### What the task asks
Of the lines below, write out exactly those from the line with "#162=CARTESIAN_POINT('',(5.,2.886751,0.));" through the line with "#169=CARTESIAN_POINT('',(5.,0.,-5.073503));", both included, and skip the rest.

### Excerpted data
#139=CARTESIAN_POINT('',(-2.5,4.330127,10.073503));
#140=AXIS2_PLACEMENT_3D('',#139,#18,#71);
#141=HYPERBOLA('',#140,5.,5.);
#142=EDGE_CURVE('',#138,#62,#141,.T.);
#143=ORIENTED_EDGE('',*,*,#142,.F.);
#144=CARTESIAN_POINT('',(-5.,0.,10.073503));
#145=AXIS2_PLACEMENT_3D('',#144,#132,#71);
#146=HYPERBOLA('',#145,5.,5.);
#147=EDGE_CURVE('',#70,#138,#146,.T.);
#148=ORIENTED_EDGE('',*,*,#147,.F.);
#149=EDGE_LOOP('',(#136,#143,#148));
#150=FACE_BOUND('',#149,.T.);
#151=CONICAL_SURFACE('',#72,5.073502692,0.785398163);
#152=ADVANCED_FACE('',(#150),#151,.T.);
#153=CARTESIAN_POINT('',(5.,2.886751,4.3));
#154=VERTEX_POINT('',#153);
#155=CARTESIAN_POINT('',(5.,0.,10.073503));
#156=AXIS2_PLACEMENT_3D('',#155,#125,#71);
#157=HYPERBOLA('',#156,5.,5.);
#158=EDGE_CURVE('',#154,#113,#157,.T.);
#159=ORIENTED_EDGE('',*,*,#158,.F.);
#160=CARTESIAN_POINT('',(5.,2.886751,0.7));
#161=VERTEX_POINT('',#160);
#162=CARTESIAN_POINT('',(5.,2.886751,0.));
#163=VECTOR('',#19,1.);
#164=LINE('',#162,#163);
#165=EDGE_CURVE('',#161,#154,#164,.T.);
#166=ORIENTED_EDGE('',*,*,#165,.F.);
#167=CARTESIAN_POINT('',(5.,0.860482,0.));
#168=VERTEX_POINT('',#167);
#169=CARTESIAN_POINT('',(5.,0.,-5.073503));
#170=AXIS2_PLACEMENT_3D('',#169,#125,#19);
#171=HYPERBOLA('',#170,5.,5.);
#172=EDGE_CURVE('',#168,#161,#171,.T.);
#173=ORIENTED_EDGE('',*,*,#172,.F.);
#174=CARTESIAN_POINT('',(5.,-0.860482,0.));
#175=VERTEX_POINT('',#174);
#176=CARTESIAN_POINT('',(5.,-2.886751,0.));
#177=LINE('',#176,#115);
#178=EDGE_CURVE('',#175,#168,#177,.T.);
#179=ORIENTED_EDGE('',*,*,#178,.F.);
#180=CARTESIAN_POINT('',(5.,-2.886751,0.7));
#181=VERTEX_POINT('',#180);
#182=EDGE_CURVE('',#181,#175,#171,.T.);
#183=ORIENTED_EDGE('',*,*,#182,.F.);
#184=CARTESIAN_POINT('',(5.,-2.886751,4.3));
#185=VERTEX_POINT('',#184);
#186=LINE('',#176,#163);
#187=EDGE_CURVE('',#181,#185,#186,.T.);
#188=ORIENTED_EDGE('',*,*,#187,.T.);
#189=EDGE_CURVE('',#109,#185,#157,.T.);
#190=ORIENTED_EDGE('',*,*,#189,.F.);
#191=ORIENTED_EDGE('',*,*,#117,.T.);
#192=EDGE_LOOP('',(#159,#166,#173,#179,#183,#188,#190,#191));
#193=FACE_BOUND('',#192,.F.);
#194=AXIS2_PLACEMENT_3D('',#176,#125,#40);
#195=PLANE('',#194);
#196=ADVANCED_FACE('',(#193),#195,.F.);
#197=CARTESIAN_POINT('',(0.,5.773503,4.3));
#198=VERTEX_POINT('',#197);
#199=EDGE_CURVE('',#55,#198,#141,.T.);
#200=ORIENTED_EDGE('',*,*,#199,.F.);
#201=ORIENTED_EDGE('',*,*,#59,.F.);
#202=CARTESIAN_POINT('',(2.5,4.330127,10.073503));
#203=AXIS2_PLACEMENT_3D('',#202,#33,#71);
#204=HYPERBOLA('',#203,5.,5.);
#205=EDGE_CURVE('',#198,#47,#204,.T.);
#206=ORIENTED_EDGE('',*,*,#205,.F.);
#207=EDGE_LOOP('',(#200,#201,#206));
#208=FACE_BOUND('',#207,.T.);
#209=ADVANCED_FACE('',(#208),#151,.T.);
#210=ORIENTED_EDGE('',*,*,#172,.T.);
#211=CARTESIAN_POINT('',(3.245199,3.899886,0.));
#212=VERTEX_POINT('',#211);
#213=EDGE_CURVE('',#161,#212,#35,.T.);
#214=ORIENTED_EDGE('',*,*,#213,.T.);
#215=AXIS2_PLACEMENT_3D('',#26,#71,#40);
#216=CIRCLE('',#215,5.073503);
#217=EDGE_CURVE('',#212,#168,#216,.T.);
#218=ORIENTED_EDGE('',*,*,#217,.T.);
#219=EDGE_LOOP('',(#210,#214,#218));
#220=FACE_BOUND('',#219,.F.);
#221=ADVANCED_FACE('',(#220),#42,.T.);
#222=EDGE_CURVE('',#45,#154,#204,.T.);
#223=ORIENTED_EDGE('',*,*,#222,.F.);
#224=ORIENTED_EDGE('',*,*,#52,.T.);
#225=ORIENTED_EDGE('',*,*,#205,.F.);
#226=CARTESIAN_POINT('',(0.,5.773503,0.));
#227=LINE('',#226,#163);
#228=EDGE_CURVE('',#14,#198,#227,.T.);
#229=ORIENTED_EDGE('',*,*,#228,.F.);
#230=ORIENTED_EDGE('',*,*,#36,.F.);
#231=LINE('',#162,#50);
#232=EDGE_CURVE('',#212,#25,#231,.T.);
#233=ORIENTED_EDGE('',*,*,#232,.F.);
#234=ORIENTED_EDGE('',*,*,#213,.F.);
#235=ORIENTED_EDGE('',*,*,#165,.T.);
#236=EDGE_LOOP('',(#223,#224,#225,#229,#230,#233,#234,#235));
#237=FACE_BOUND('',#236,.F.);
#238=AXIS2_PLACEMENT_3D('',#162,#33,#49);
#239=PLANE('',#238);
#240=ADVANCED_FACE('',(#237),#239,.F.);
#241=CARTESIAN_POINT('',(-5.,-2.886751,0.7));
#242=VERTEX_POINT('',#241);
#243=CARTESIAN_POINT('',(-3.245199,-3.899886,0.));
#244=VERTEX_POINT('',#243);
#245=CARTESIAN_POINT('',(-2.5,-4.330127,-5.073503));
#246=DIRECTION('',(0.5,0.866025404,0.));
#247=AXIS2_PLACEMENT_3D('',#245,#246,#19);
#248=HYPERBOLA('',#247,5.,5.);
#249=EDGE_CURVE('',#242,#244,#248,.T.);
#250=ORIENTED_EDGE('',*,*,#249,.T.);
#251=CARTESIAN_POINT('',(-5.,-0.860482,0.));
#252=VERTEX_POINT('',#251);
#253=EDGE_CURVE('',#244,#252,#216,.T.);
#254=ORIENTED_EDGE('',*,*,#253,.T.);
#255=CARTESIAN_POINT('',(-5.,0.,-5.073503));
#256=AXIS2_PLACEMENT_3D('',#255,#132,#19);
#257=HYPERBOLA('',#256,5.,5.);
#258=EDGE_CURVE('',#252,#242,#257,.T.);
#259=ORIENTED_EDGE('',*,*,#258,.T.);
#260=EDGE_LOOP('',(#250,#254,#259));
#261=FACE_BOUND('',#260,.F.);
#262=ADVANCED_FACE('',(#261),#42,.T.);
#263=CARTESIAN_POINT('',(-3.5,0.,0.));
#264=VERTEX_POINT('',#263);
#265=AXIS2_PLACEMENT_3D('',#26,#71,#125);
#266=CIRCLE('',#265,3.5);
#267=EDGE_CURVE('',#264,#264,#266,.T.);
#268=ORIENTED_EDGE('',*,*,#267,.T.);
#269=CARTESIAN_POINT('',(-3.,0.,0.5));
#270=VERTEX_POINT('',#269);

### Task output
#162=CARTESIAN_POINT('',(5.,2.886751,0.));
#163=VECTOR('',#19,1.);
#164=LINE('',#162,#163);
#165=EDGE_CURVE('',#161,#154,#164,.T.);
#166=ORIENTED_EDGE('',*,*,#165,.F.);
#167=CARTESIAN_POINT('',(5.,0.860482,0.));
#168=VERTEX_POINT('',#167);
#169=CARTESIAN_POINT('',(5.,0.,-5.073503));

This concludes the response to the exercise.